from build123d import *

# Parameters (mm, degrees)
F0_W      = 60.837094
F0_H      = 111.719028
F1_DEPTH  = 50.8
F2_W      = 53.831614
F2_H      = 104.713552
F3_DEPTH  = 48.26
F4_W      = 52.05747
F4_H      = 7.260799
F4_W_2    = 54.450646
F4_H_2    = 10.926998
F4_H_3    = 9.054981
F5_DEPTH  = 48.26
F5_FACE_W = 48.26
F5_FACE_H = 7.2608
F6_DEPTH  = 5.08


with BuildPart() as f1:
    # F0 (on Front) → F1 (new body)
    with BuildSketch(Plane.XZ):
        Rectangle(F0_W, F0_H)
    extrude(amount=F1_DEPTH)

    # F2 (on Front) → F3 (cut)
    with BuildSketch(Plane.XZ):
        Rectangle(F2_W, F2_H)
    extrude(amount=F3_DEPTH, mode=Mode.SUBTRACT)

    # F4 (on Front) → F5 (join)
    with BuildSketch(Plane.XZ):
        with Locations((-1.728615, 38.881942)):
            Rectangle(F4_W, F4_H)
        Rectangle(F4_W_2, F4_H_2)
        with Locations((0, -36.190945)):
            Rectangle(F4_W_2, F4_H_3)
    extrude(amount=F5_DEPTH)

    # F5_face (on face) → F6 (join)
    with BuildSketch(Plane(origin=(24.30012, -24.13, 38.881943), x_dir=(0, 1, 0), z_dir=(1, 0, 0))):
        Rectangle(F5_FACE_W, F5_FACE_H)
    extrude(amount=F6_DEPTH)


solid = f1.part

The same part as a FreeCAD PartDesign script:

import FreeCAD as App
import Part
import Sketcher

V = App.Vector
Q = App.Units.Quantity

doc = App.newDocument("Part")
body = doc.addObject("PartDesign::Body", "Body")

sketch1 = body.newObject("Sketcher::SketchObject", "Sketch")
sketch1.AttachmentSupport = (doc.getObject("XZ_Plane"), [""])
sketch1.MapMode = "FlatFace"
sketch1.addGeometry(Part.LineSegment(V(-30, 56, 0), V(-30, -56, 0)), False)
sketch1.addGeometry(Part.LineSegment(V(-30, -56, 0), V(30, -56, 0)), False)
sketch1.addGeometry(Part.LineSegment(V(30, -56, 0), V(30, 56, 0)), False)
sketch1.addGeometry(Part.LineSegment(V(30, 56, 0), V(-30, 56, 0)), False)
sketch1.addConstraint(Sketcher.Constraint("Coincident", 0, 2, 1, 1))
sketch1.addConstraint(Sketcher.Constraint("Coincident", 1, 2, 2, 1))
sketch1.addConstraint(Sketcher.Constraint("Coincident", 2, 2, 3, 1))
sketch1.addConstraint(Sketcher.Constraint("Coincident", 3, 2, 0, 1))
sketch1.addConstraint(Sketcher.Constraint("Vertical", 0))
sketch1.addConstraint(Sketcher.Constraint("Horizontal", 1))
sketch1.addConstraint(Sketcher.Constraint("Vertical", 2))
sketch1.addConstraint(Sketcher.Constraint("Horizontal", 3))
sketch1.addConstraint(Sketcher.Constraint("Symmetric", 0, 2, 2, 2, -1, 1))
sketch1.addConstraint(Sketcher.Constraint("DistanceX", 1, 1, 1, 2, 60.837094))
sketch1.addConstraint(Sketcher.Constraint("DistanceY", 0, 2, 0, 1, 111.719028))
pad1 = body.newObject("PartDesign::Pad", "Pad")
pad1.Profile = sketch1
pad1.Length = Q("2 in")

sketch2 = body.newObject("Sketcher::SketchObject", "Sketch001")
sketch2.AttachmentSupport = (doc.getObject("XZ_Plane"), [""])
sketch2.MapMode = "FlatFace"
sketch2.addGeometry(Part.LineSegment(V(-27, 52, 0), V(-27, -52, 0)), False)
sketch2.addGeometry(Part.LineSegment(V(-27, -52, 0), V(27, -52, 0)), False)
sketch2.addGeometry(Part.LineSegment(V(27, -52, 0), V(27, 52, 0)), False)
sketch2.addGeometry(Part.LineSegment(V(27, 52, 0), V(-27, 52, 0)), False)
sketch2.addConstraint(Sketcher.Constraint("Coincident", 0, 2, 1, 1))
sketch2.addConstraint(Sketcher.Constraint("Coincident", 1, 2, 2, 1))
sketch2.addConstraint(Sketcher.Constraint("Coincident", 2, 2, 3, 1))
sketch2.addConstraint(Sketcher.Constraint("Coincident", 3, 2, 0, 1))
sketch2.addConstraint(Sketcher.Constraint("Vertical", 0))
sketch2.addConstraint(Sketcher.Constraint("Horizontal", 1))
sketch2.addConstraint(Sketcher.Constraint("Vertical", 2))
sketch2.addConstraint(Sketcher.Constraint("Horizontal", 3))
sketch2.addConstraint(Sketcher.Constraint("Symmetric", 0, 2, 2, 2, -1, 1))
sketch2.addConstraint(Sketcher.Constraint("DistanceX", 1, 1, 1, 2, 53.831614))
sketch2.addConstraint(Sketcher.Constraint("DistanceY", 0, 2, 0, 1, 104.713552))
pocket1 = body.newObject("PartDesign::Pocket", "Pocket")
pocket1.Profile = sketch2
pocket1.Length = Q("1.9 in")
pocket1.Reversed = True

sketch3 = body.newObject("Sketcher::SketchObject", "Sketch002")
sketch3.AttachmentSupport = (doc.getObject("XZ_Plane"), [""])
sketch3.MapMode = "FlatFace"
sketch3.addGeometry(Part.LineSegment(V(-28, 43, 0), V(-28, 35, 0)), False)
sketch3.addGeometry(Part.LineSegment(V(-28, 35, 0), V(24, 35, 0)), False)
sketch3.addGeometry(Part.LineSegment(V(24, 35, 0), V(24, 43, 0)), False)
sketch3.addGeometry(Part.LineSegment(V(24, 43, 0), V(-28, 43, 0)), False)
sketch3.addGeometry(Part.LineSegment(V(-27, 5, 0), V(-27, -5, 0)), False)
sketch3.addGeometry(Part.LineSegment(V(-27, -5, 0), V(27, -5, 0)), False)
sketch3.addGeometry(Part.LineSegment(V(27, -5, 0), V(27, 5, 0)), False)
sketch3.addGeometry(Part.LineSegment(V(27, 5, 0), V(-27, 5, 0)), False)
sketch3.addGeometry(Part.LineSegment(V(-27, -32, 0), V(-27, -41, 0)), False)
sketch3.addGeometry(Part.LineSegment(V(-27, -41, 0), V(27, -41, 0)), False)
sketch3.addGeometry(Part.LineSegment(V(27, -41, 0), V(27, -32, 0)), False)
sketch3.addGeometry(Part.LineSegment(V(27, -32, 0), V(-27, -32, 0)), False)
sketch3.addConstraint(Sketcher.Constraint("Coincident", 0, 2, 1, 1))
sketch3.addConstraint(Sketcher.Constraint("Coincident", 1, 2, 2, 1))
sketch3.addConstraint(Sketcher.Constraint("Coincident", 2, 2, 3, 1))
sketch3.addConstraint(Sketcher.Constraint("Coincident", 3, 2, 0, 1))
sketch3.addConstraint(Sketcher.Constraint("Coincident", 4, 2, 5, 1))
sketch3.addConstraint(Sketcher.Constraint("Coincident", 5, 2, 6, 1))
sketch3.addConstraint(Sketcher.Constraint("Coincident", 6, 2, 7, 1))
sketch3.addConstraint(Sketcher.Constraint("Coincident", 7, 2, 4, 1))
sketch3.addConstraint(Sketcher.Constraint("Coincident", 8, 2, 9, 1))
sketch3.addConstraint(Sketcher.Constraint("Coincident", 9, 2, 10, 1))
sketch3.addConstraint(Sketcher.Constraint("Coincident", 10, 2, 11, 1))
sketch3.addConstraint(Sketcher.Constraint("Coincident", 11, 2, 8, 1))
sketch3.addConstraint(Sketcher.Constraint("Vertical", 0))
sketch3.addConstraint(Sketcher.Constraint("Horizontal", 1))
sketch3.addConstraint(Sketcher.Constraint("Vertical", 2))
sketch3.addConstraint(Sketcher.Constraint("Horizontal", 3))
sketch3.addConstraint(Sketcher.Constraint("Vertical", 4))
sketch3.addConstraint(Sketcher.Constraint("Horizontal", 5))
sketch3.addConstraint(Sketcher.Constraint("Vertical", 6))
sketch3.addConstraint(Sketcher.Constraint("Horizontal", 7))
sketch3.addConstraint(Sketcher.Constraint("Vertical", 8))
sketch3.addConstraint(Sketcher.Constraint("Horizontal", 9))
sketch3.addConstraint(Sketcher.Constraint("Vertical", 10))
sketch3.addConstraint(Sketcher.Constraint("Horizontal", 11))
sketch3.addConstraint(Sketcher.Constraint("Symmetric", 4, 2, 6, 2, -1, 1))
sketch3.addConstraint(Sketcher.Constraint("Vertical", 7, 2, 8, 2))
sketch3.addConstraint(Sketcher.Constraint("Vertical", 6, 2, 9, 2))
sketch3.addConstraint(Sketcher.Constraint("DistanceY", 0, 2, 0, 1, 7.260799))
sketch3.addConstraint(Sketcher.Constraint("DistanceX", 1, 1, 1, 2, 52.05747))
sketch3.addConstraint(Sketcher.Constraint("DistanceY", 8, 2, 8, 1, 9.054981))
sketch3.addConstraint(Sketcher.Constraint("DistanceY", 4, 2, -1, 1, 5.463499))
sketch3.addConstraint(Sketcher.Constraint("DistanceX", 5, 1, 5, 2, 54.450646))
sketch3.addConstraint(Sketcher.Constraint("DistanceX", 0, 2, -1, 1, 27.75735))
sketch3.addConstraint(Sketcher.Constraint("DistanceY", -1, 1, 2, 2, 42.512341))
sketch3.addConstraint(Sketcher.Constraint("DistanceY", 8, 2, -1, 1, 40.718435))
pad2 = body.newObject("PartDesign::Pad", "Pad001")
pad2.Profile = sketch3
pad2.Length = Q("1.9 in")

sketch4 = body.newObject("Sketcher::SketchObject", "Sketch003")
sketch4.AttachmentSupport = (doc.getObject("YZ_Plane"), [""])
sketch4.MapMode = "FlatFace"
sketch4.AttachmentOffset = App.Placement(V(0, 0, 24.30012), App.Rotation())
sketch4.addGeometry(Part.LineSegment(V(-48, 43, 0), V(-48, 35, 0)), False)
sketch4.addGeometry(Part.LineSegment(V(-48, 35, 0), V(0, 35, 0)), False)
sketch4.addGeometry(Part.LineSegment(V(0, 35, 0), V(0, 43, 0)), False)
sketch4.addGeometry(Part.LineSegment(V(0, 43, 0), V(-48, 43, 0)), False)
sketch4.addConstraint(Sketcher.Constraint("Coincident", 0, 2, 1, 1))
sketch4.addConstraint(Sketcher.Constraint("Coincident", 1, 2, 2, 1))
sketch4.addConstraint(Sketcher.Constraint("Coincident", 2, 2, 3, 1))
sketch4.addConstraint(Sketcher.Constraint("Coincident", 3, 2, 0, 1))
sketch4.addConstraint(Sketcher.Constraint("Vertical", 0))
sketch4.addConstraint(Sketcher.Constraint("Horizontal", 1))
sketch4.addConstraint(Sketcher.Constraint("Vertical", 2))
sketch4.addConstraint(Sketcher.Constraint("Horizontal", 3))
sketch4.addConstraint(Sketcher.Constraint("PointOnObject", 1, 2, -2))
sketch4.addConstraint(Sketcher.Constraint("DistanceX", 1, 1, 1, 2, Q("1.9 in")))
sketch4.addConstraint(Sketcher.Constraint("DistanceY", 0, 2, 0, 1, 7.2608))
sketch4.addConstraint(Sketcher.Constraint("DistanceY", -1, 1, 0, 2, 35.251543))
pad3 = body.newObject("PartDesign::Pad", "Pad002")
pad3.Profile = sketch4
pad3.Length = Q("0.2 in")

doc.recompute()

- **WHAT THIS TASK INVOLVES**:
After going through the entries, say how many lines contain the string "Rectangle". Nothing else belongs in the reply.

- **TASK RESPONSE**:
6